Extracted records →
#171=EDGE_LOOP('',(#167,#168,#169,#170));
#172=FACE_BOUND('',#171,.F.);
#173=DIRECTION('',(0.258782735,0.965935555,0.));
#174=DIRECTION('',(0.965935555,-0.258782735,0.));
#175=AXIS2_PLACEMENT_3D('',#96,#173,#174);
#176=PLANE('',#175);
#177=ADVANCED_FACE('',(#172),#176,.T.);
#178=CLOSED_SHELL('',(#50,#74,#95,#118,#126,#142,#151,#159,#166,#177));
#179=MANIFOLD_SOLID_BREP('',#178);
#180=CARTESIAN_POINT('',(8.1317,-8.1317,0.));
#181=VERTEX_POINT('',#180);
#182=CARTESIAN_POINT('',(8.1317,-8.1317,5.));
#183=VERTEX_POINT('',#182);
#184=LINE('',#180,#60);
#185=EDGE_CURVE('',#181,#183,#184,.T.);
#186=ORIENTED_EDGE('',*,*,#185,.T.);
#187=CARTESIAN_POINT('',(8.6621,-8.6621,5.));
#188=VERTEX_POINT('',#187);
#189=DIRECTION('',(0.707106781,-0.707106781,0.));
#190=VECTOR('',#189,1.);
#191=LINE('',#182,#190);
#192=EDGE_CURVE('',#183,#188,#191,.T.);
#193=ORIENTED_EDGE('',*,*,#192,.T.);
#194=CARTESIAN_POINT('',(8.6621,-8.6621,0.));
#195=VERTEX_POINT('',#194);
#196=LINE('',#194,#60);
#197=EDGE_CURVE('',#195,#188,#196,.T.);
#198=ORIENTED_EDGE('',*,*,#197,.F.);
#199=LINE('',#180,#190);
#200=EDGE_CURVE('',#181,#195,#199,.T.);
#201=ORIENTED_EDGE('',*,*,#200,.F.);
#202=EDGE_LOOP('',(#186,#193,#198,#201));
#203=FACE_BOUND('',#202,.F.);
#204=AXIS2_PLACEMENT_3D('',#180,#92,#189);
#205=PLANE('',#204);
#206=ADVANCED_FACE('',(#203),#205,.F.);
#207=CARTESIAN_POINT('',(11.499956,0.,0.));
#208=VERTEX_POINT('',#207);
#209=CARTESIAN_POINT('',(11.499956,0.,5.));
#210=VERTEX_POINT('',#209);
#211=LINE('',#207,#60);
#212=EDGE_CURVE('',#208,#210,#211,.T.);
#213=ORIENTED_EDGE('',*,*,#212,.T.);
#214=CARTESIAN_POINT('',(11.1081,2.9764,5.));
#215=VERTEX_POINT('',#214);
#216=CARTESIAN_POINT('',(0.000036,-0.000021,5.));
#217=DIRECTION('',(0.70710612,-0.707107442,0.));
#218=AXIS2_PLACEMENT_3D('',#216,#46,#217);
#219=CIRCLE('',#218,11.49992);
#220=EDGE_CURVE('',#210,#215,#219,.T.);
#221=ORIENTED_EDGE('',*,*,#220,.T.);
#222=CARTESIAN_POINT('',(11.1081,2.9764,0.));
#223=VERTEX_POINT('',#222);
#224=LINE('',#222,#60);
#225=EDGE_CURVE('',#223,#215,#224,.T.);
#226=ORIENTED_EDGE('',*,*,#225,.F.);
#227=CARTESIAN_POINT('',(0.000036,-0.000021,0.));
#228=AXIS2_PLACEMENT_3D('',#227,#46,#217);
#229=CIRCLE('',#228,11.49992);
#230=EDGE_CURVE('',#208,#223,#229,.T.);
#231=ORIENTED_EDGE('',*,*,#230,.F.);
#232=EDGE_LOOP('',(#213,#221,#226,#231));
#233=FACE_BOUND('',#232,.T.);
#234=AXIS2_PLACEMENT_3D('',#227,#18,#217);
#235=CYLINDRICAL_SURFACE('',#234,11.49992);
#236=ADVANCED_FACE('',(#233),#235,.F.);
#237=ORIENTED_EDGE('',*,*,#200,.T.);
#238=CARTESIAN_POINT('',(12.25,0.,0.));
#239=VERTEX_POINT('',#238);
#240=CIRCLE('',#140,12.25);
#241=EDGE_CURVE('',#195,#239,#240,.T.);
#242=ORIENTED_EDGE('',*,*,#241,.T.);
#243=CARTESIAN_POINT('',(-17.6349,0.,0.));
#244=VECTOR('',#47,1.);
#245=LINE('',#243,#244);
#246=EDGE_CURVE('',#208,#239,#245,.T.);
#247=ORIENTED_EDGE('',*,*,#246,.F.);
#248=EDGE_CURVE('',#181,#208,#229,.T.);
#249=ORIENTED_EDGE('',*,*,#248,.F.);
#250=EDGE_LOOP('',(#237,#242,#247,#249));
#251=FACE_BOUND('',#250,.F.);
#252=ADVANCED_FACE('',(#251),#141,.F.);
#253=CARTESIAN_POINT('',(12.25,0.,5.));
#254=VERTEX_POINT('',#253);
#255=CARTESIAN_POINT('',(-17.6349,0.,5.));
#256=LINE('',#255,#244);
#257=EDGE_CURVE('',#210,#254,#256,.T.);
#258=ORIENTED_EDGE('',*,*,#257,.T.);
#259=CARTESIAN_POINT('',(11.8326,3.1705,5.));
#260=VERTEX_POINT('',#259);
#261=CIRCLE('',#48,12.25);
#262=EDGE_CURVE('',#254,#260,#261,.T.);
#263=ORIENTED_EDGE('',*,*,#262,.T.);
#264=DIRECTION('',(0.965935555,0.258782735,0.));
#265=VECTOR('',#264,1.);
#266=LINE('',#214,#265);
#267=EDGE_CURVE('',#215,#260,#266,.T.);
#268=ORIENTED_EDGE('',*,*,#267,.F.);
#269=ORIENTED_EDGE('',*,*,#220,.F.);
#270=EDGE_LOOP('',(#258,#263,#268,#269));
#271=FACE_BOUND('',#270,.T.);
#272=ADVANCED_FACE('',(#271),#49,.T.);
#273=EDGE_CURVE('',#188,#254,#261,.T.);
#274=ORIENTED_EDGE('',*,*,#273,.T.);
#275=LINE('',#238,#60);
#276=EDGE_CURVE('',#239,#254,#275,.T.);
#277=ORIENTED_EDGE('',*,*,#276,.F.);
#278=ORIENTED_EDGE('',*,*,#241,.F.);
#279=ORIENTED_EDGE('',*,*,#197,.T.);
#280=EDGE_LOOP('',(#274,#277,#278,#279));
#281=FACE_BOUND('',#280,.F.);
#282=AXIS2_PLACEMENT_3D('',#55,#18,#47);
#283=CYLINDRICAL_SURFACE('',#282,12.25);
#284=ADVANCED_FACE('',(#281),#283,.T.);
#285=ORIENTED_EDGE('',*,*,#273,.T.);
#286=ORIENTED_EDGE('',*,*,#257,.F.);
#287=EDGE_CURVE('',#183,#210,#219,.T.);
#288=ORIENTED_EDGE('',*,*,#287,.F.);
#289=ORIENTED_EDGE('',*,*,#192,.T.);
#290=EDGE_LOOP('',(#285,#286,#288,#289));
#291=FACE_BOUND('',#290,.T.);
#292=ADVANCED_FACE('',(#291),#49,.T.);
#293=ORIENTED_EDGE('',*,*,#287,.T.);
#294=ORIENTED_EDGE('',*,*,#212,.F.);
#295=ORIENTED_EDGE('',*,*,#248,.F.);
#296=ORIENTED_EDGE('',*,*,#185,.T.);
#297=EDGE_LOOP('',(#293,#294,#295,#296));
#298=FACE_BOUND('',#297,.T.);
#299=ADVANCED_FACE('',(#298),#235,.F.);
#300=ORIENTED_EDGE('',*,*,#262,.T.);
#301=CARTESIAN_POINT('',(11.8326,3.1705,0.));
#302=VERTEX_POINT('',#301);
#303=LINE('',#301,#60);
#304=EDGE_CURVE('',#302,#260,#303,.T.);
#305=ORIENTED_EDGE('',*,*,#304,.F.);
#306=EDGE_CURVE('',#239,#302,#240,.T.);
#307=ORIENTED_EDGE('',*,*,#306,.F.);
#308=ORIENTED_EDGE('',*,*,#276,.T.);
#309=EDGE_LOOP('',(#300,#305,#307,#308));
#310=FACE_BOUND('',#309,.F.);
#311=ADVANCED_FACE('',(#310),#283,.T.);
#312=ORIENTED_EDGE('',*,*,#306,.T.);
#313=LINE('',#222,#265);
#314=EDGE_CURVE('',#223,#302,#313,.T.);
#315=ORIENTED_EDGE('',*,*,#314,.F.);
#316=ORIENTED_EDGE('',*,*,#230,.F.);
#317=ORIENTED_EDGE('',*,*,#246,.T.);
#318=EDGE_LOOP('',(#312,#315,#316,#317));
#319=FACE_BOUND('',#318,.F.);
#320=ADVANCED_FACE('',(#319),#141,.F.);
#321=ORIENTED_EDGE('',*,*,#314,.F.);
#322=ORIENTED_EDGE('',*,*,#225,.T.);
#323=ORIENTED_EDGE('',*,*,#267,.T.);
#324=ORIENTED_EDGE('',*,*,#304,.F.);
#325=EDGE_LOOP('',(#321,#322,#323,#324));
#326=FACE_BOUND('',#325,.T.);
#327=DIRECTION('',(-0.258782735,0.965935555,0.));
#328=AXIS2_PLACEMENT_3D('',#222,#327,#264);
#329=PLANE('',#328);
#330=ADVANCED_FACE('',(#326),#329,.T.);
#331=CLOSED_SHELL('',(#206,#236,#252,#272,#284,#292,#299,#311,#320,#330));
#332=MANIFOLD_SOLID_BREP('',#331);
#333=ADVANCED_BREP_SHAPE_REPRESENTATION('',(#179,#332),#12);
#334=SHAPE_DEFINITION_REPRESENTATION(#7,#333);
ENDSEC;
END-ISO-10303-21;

Directions for this task → Would you print, exactly as written, every line above from the one holding "#181=VERTEX_POINT('',#180);" through the one holding "#188=VERTEX_POINT('',#187);", with both included and no other lines?

Finished exercise →
#181=VERTEX_POINT('',#180);
#182=CARTESIAN_POINT('',(8.1317,-8.1317,5.));
#183=VERTEX_POINT('',#182);
#184=LINE('',#180,#60);
#185=EDGE_CURVE('',#181,#183,#184,.T.);
#186=ORIENTED_EDGE('',*,*,#185,.T.);
#187=CARTESIAN_POINT('',(8.6621,-8.6621,5.));
#188=VERTEX_POINT('',#187);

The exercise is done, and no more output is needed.